# Is this offensive?



## Galacta (Jan 2, 2009)

I made a sig and wore it, but I removed it because I had a nerve that I would get banned.





Is this offensive in any way?


----------



## War (Jan 2, 2009)

I think it should be fine... it's a little violent, but it's not porn or anything.


----------



## Daois (Jan 2, 2009)

Yes.



Not enough blood.


----------



## dinofan01 (Jan 2, 2009)

Completely fine. Anyone who would be offended by that shouldn't be on this forum. lol. Looks a little big though. But I haven't checked the sig limit in a while. I know the updated it so im oblivious to the size limit.


----------



## Sir-Fritz (Jan 2, 2009)

Should be okay, if you really are unsure just run it bye one of the "friendly" mods.


----------



## Galacta (Jan 2, 2009)

dinofan01 said:
			
		

> Completely fine. Anyone who would be offended by that shouldn't be on this forum. lol. Looks a little big though. But I haven't checked the sig limit in a while. I know the updated it so im oblivious to the size limit.


Its 400x150.


----------



## iPikachu (Jan 3, 2009)

Galacta said:
			
		

> I made a sig and wore it, but I removed it because I had a nerve that I would get banned.
> 
> 
> 
> ...


not enough blood, where's the mudkipz


----------



## Gman 101 (Jan 3, 2009)

I don't think it's offensive... my friend used this as her Bebo skin a year ago.


----------



## Raika (Jan 3, 2009)

Of course it's offensive!

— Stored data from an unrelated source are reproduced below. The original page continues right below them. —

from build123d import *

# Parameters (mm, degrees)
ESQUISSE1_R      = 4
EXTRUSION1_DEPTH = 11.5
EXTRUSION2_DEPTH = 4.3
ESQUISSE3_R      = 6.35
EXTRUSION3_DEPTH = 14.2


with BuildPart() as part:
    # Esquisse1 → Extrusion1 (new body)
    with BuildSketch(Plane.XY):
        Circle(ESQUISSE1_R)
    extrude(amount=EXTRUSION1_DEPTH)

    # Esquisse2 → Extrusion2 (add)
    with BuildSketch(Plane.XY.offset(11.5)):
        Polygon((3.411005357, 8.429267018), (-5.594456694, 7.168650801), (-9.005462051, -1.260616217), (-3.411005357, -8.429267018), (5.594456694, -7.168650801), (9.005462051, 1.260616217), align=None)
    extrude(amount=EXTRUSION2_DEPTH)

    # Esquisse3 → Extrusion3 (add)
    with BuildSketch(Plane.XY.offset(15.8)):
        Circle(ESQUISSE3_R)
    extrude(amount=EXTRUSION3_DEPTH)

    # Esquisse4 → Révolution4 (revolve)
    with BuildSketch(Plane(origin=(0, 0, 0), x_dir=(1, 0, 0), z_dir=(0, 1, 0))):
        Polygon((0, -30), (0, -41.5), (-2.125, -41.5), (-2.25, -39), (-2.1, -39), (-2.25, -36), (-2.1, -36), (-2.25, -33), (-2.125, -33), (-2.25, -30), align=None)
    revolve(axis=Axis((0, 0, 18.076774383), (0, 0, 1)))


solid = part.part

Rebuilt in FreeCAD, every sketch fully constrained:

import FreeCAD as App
import Part
import Sketcher
Q = App.Units.Quantity

doc = App.newDocument("Part")
params = doc.addObject("Spreadsheet::Sheet", "Params")
for row, (alias, value) in enumerate([
    ("sketch1_diameter", "8 mm"),
    ("pad1_length", "11.5 mm"),
    ("pad2_length", "4.3 mm"),
    ("sketch3_diameter", "12.7 mm"),
    ("pad3_length", "14.2 mm"),
    ("sketch4_height", "11.5 mm"),
    ("sketch4_width", "2.25 mm"),
    ("sketch4_width2", "0.15 mm"),
    ("revolution_angle", "360 deg"),
], start=1):
    params.set(f"A{row}", alias)
    params.set(f"B{row}", "=" + value)
    params.setAlias(f"B{row}", alias)

body = doc.addObject("PartDesign::Body", "Body")

# Sketch on XY plane
sketch1 = body.newObject("Sketcher::SketchObject", "Sketch")
sketch1.AttachmentSupport = (doc.getObject("XY_Plane"), [""])
sketch1.MapMode = "FlatFace"
sketch1.addGeometry(Part.Circle(App.Vector(0, 0, 0), App.Vector(0, 0, 1), 4), False)
sketch1.addConstraint([
    Sketcher.Constraint("Coincident", 0, 3, -1, 1),
    Sketcher.Constraint("Diameter", 0, Q("8 mm")),
])
sketch1.setExpression("Constraints[1]", "Params.sketch1_diameter")
pad1 = body.newObject("PartDesign::Pad", "Pad")
pad1.Profile = sketch1
pad1.setExpression("Length", "Params.pad1_length")

# Sketch on XY plane
sketch2 = body.newObject("Sketcher::SketchObject", "Sketch001")
sketch2.AttachmentSupport = (doc.getObject("XY_Plane"), [""])
sketch2.MapMode = "FlatFace"
sketch2.AttachmentOffset = App.Placement(App.Vector(0, 0, 11.5), App.Rotation())
sketch2.addGeometry([
    Part.LineSegment(App.Vector(3.411005, 8.429267, 0), App.Vector(-5.594457, 7.168651, 0)),  # 0
    Part.LineSegment(App.Vector(-5.594457, 7.168651, 0), App.Vector(-9.005462, -1.260616, 0)),  # 1
    Part.LineSegment(App.Vector(-9.005462, -1.260616, 0), App.Vector(-3.411005, -8.429267, 0)),  # 2
    Part.LineSegment(App.Vector(-3.411005, -8.429267, 0), App.Vector(5.594457, -7.168651, 0)),  # 3
    Part.LineSegment(App.Vector(5.594457, -7.168651, 0), App.Vector(9.005462, 1.260616, 0)),  # 4
    Part.LineSegment(App.Vector(9.005462, 1.260616, 0), App.Vector(3.411005, 8.429267, 0)),  # 5
], False)
sketch2.addConstraint([
    Sketcher.Constraint("Coincident", 0, 2, 1, 1),
    Sketcher.Constraint("Coincident", 1, 2, 2, 1),
    Sketcher.Constraint("Coincident", 2, 2, 3, 1),
    Sketcher.Constraint("Coincident", 3, 2, 4, 1),
    Sketcher.Constraint("Coincident", 4, 2, 5, 1),
    Sketcher.Constraint("Coincident", 5, 2, 0, 1),
    Sketcher.Constraint("Symmetric", 0, 2, 3, 2, -1, 1),
    Sketcher.Constraint("Symmetric", 1, 2, 4, 2, -1, 1),
    Sketcher.Constraint("Symmetric", 2, 2, 5, 2, -1, 1),
    Sketcher.Constraint("Equal", 0, 1),
    Sketcher.Constraint("Equal", 1, 2),
    Sketcher.Constraint("DistanceY", 3, 2, 0, 2, Q("14.337302 mm")),
    Sketcher.Constraint("DistanceY", 2, 2, 1, 2, Q("7.168651 mm")),
    Sketcher.Constraint("DistanceX", 0, 2, 2, 2, Q("2.183451 mm")),
    Sketcher.Constraint("DistanceX", 1, 2, 3, 2, Q("14.599919 mm")),
])
pad2 = body.newObject("PartDesign::Pad", "Pad001")
pad2.Profile = sketch2
pad2.setExpression("Length", "Params.pad2_length")

# Sketch on XY plane
sketch3 = body.newObject("Sketcher::SketchObject", "Sketch002")
sketch3.AttachmentSupport = (doc.getObject("XY_Plane"), [""])
sketch3.MapMode = "FlatFace"
sketch3.AttachmentOffset = App.Placement(App.Vector(0, 0, 15.8), App.Rotation())
sketch3.addGeometry(Part.Circle(App.Vector(0, 0, 0), App.Vector(0, 0, 1), 6.35), False)
sketch3.addConstraint([
    Sketcher.Constraint("Coincident", 0, 3, -1, 1),
    Sketcher.Constraint("Diameter", 0, Q("12.7 mm")),
])
sketch3.setExpression("Constraints[1]", "Params.sketch3_diameter")
pad3 = body.newObject("PartDesign::Pad", "Pad002")
pad3.Profile = sketch3
pad3.setExpression("Length", "Params.pad3_length")

# Sketch on XZ plane
sketch4 = body.newObject("Sketcher::SketchObject", "Sketch003")
sketch4.AttachmentSupport = (doc.getObject("XZ_Plane"), [""])
sketch4.MapMode = "FlatFace"
sketch4.addGeometry([
    Part.LineSegment(App.Vector(0, 41.5, 0), App.Vector(0, 30, 0)),  # 0
    Part.LineSegment(App.Vector(0, 30, 0), App.Vector(-2.25, 30, 0)),  # 1
    Part.LineSegment(App.Vector(-2.25, 30, 0), App.Vector(-2.125, 33, 0)),  # 2
    Part.LineSegment(App.Vector(-2.125, 33, 0), App.Vector(-2.25, 33, 0)),  # 3
    Part.LineSegment(App.Vector(-2.25, 33, 0), App.Vector(-2.1, 36, 0)),  # 4
    Part.LineSegment(App.Vector(-2.1, 36, 0), App.Vector(-2.25, 36, 0)),  # 5
    Part.LineSegment(App.Vector(-2.25, 36, 0), App.Vector(-2.1, 39, 0)),  # 6
    Part.LineSegment(App.Vector(-2.1, 39, 0), App.Vector(-2.25, 39, 0)),  # 7
    Part.LineSegment(App.Vector(-2.25, 39, 0), App.Vector(-2.125, 41.5, 0)),  # 8
    Part.LineSegment(App.Vector(-2.125, 41.5, 0), App.Vector(0, 41.5, 0)),  # 9
], False)
sketch4.addConstraint([
    Sketcher.Constraint("Coincident", 0, 2, 1, 1),
    Sketcher.Constraint("Coincident", 1, 2, 2, 1),
    Sketcher.Constraint("Coincident", 2, 2, 3, 1),
    Sketcher.Constraint("Coincident", 3, 2, 4, 1),
    Sketcher.Constraint("Coincident", 4, 2, 5, 1),
    Sketcher.Constraint("Coincident", 5, 2, 6, 1),
    Sketcher.Constraint("Coincident", 6, 2, 7, 1),
    Sketcher.Constraint("Coincident", 7, 2, 8, 1),
    Sketcher.Constraint("Coincident", 8, 2, 9, 1),
    Sketcher.Constraint("Coincident", 9, 2, 0, 1),
    Sketcher.Constraint("Vertical", 0),
    Sketcher.Constraint("Horizontal", 1),
    Sketcher.Constraint("Horizontal", 3),
    Sketcher.Constraint("Horizontal", 5),
    Sketcher.Constraint("Horizontal", 7),
    Sketcher.Constraint("Horizontal", 9),
    Sketcher.Constraint("PointOnObject", 0, 2, -2),
    Sketcher.Constraint("Parallel", 4, 6),
    Sketcher.Constraint("Parallel", 6, 8),
    Sketcher.Constraint("Vertical", 1, 2, 3, 2),
    Sketcher.Constraint("Vertical", 3, 2, 5, 2),
    Sketcher.Constraint("Vertical", 4, 2, 6, 2),
    Sketcher.Constraint("Vertical", 5, 2, 7, 2),
    Sketcher.Constraint("Vertical", 2, 2, 8, 2),
    Sketcher.Constraint("DistanceY", 0, 2, 0, 1, Q("11.5 mm")),
    Sketcher.Constraint("DistanceY", -1, 1, 0, 2, Q("30 mm")),
    Sketcher.Constraint("DistanceY", -1, 1, 2, 2, Q("33 mm")),
    Sketcher.Constraint("DistanceY", -1, 1, 4, 2, Q("36 mm")),
    Sketcher.Constraint("DistanceX", 1, 2, 1, 1, Q("2.25 mm")),
    Sketcher.Constraint("DistanceX", 5, 2, 5, 1, Q("0.15 mm")),
])
sketch4.setExpression("Constraints[24]", "Params.sketch4_height")
sketch4.setExpression("Constraints[28]", "Params.sketch4_width")
sketch4.setExpression("Constraints[29]", "Params.sketch4_width2")
revolution = body.newObject("PartDesign::Revolution", "Revolution")
revolution.Profile = sketch4
revolution.ReferenceAxis = (sketch4, ["V_Axis"])
revolution.setExpression("Angle", "Params.revolution_angle")

doc.recompute()
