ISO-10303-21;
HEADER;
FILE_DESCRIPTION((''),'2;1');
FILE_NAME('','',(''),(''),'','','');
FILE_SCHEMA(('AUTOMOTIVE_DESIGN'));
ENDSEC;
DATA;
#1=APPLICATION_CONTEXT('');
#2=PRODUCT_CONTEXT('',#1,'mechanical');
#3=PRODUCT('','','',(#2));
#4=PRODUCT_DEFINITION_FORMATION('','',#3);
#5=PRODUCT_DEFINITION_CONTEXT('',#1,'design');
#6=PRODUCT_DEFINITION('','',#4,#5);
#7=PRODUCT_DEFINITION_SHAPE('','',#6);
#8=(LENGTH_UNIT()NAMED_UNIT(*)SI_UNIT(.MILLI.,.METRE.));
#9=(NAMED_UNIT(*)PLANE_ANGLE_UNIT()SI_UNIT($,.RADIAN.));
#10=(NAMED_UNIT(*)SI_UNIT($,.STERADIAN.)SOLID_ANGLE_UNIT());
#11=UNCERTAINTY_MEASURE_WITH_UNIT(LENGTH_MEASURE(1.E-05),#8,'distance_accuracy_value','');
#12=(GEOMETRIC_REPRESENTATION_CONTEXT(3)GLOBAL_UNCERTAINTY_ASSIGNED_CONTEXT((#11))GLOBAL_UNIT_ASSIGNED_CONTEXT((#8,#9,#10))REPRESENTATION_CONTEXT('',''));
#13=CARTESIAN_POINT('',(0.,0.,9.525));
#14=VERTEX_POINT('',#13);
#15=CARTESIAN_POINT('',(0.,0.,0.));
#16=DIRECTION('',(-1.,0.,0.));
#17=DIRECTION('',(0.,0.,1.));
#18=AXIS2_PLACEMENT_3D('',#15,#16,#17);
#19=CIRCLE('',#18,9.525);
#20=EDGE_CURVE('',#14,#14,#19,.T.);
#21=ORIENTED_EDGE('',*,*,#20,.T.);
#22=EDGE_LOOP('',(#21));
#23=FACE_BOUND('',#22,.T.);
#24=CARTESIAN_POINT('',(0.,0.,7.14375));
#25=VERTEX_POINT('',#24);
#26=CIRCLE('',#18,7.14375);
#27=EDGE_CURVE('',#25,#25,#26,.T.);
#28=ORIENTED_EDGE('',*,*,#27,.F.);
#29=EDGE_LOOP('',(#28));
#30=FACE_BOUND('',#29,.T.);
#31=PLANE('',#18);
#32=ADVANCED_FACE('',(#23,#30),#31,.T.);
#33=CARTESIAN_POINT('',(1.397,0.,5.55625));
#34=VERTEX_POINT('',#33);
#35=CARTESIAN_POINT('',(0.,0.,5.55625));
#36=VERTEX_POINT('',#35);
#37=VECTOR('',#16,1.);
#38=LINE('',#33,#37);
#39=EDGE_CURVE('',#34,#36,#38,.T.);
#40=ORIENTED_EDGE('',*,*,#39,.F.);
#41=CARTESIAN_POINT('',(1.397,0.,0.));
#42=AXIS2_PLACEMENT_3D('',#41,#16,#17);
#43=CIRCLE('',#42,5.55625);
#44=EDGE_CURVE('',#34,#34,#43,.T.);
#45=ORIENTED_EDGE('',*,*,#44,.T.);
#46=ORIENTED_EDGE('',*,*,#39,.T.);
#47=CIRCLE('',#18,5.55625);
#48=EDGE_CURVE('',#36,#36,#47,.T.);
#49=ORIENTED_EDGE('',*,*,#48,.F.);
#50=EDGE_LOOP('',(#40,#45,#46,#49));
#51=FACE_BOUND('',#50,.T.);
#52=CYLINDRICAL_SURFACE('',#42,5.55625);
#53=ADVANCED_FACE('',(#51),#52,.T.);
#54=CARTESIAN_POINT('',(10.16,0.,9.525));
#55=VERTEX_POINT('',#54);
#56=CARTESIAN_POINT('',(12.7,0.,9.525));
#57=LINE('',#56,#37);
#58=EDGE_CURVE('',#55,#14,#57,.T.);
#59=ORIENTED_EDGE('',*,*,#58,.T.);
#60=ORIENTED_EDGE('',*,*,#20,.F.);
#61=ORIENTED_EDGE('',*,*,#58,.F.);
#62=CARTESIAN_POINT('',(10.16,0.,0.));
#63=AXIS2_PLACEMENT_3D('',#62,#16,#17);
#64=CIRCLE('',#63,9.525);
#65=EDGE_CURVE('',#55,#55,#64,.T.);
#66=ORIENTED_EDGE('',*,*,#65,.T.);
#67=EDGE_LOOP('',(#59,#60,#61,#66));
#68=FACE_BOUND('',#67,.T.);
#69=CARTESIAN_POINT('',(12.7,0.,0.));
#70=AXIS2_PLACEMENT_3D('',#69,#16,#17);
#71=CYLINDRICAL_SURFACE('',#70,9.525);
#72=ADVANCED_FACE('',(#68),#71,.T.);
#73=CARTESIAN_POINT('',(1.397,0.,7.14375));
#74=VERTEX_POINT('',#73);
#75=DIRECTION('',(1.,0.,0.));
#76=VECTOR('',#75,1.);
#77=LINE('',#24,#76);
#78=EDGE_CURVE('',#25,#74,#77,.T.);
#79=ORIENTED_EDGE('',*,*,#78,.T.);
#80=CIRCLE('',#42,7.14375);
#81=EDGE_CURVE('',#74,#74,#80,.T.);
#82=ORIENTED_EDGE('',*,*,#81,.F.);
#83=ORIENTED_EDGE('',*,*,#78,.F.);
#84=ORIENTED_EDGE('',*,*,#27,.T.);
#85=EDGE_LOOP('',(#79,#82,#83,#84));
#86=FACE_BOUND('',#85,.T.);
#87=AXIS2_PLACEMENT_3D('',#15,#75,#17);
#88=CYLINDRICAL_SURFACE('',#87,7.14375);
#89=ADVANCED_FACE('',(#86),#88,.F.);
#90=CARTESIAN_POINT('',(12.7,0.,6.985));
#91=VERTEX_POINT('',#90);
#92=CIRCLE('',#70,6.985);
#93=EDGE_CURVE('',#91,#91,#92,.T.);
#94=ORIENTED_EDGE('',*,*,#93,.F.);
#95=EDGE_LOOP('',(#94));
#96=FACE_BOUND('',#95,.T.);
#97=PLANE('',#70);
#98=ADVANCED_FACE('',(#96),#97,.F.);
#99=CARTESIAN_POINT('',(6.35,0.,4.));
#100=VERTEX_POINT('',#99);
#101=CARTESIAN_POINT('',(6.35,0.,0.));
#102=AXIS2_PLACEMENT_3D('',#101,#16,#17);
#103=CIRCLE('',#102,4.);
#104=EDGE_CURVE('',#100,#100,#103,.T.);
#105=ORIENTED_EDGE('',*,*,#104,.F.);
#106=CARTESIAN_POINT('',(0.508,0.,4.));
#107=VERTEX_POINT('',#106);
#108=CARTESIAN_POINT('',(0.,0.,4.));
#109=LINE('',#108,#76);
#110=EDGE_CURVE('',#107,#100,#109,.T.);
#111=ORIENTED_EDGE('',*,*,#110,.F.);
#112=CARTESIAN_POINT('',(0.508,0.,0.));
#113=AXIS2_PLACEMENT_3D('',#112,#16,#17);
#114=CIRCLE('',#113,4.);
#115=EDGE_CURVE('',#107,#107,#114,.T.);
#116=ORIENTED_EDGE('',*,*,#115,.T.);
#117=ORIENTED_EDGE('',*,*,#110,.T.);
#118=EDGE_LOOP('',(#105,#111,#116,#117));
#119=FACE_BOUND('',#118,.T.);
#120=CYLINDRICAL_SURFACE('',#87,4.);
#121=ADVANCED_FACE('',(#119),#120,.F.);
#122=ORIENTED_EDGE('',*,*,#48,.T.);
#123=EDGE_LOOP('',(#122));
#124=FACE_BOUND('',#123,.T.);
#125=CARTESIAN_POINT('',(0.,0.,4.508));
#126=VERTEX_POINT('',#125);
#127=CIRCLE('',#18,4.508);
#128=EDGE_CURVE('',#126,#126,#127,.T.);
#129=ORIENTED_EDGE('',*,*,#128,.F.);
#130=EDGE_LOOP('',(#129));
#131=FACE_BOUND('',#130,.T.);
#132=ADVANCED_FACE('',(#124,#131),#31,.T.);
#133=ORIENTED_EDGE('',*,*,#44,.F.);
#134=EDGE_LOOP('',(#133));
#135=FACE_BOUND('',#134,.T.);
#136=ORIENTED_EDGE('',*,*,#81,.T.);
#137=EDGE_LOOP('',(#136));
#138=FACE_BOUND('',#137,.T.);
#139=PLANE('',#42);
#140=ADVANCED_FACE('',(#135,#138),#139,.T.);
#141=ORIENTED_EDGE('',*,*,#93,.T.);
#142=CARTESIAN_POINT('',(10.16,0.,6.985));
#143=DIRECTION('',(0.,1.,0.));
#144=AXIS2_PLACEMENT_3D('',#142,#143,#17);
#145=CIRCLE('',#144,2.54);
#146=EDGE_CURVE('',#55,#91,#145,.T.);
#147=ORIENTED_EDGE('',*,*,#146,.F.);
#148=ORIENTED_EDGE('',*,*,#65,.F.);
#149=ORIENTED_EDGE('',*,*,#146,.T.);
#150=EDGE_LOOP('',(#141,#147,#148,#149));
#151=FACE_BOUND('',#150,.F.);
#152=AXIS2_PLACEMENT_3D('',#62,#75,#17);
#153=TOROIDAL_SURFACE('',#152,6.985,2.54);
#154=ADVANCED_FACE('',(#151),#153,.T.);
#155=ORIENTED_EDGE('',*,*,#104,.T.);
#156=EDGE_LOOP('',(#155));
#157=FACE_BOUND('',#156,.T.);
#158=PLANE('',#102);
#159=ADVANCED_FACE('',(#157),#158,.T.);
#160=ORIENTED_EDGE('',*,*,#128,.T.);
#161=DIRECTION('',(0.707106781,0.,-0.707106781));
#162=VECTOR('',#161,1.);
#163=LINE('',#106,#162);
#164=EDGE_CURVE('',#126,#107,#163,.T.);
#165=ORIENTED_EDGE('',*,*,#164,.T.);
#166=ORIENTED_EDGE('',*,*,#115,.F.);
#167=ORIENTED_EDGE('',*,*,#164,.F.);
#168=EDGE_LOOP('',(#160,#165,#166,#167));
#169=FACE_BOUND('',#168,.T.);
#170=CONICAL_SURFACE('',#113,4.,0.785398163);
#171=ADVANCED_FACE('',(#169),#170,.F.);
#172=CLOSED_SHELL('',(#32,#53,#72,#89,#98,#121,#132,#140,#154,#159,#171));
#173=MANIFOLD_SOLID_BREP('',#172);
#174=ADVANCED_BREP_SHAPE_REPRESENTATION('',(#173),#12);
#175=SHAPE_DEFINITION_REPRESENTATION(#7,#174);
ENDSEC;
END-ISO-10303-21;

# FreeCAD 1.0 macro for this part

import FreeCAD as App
import Part
import Sketcher

V = App.Vector
Q = App.Units.Quantity


def edges_at(feature, points):
    """Names of the edges that pass closest to the given points."""
    edges = feature.Shape.Edges
    near = lambda p: min(range(len(edges)), key=lambda i: edges[i].distToShape(Part.Vertex(*p))[0])
    return sorted({f"Edge{near(p) + 1}" for p in points})

doc = App.newDocument("Part")
params = doc.addObject("Spreadsheet::Sheet", "Params")
for row, (alias, value) in enumerate([
    ("sketch1_width", "0.5 in"),
    ("sketch1_width2", "0.055 in"),
    ("sketch1_height", "0.375 in"),
    ("sketch1_height2", "0.09375 in"),
    ("sketch1_height3", "0.0625 in"),
    ("revolution_angle", "360 deg"),
    ("chamfer_size", "0.02 in"),
    ("fillet_radius", "0.1 in"),
], start=1):
    params.set(f"A{row}", alias)
    params.set(f"B{row}", "=" + value)
    params.setAlias(f"B{row}", alias)

body = doc.addObject("PartDesign::Body", "Body")

# Sketch on XZ plane
sketch1 = doc.addObject("Sketcher::SketchObject", "Sketch")
body.addObject(sketch1)
sketch1.AttachmentSupport = (doc.XZ_Plane, [""])
sketch1.MapMode = "FlatFace"
sketch1.addGeometry([
    Part.LineSegment(V(0, 5.55625, 0), V(0, 4, 0)),  # 0
    Part.LineSegment(V(0, 4, 0), V(6.35, 4, 0)),  # 1
    Part.LineSegment(V(6.35, 4, 0), V(6.35, 0, 0)),  # 2
    Part.LineSegment(V(6.35, 0, 0), V(12.7, 0, 0)),  # 3
    Part.LineSegment(V(12.7, 0, 0), V(12.7, 9.525, 0)),  # 4
    Part.LineSegment(V(12.7, 9.525, 0), V(0, 9.525, 0)),  # 5
    Part.LineSegment(V(0, 9.525, 0), V(0, 7.14375, 0)),  # 6
    Part.LineSegment(V(0, 7.14375, 0), V(1.397, 7.14375, 0)),  # 7
    Part.LineSegment(V(1.397, 7.14375, 0), V(1.397, 5.55625, 0)),  # 8
    Part.LineSegment(V(1.397, 5.55625, 0), V(0, 5.55625, 0)),  # 9
], False)
sketch1.addConstraint([
    Sketcher.Constraint("Coincident", 0, 2, 1, 1),
    Sketcher.Constraint("Coincident", 1, 2, 2, 1),
    Sketcher.Constraint("Coincident", 2, 2, 3, 1),
    Sketcher.Constraint("Coincident", 3, 2, 4, 1),
    Sketcher.Constraint("Coincident", 4, 2, 5, 1),
    Sketcher.Constraint("Coincident", 5, 2, 6, 1),
    Sketcher.Constraint("Coincident", 6, 2, 7, 1),
    Sketcher.Constraint("Coincident", 7, 2, 8, 1),
    Sketcher.Constraint("Coincident", 8, 2, 9, 1),
    Sketcher.Constraint("Coincident", 9, 2, 0, 1),
    Sketcher.Constraint("Vertical", 0),
    Sketcher.Constraint("Horizontal", 1),
    Sketcher.Constraint("Vertical", 2),
    Sketcher.Constraint("Horizontal", 3),
    Sketcher.Constraint("Vertical", 4),
    Sketcher.Constraint("Horizontal", 5),
    Sketcher.Constraint("Vertical", 6),
    Sketcher.Constraint("Horizontal", 7),
    Sketcher.Constraint("Vertical", 8),
    Sketcher.Constraint("Horizontal", 9),
    Sketcher.Constraint("PointOnObject", 0, 2, -2),
    Sketcher.Constraint("PointOnObject", 2, 2, -1),
    Sketcher.Constraint("PointOnObject", 5, 2, -2),
    Sketcher.Constraint("Equal", 1, 3),
    Sketcher.Constraint("DistanceX", 5, 2, 5, 1, Q("0.5 in")),
    Sketcher.Constraint("DistanceX", 7, 1, 7, 2, Q("0.055 in")),
    Sketcher.Constraint("DistanceY", 4, 1, 4, 2, Q("0.375 in")),
    Sketcher.Constraint("DistanceY", 6, 2, 6, 1, Q("0.09375 in")),
    Sketcher.Constraint("DistanceY", 8, 2, 8, 1, Q("0.0625 in")),
    Sketcher.Constraint("DistanceY", 2, 2, 2, 1, Q("4 mm")),
])
sketch1.setExpression("Constraints[24]", "Params.sketch1_width")
sketch1.setExpression("Constraints[25]", "Params.sketch1_width2")
sketch1.setExpression("Constraints[26]", "Params.sketch1_height")
sketch1.setExpression("Constraints[27]", "Params.sketch1_height2")
sketch1.setExpression("Constraints[28]", "Params.sketch1_height3")
revolution = doc.addObject("PartDesign::Revolution", "Revolution")
body.addObject(revolution)
revolution.Profile = sketch1
revolution.ReferenceAxis = (sketch1, ["H_Axis"])
revolution.setExpression("Angle", "Params.revolution_angle")
doc.recompute()

chamfer = doc.addObject("PartDesign::Chamfer", "Chamfer")
body.addObject(chamfer)
chamfer.Base = (revolution, edges_at(revolution, [(0, 0, -4)]))
chamfer.setExpression("Size", "Params.chamfer_size")
doc.recompute()

fillet = doc.addObject("PartDesign::Fillet", "Fillet")
body.addObject(fillet)
fillet.Base = (chamfer, edges_at(chamfer, [(12.7, 0, -9.525)]))
fillet.setExpression("Radius", "Params.fillet_radius")

doc.recompute()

It needs a lot more blood!


----------



## Galacta (Jan 6, 2009)

Now its time for staff approval!


----------



## Sephi (Jan 6, 2009)

Approve'd by IRC Staff member, which of course, means nothing whatsoever.


----------



## The Teej (Jan 10, 2009)

Seems fine to me! 

You could argue they're shredding a packet of tomato sauce open


----------



## phoenixtaku (Feb 5, 2009)

Agree with The Teej lol.
I like it very much.
Good Job.


----------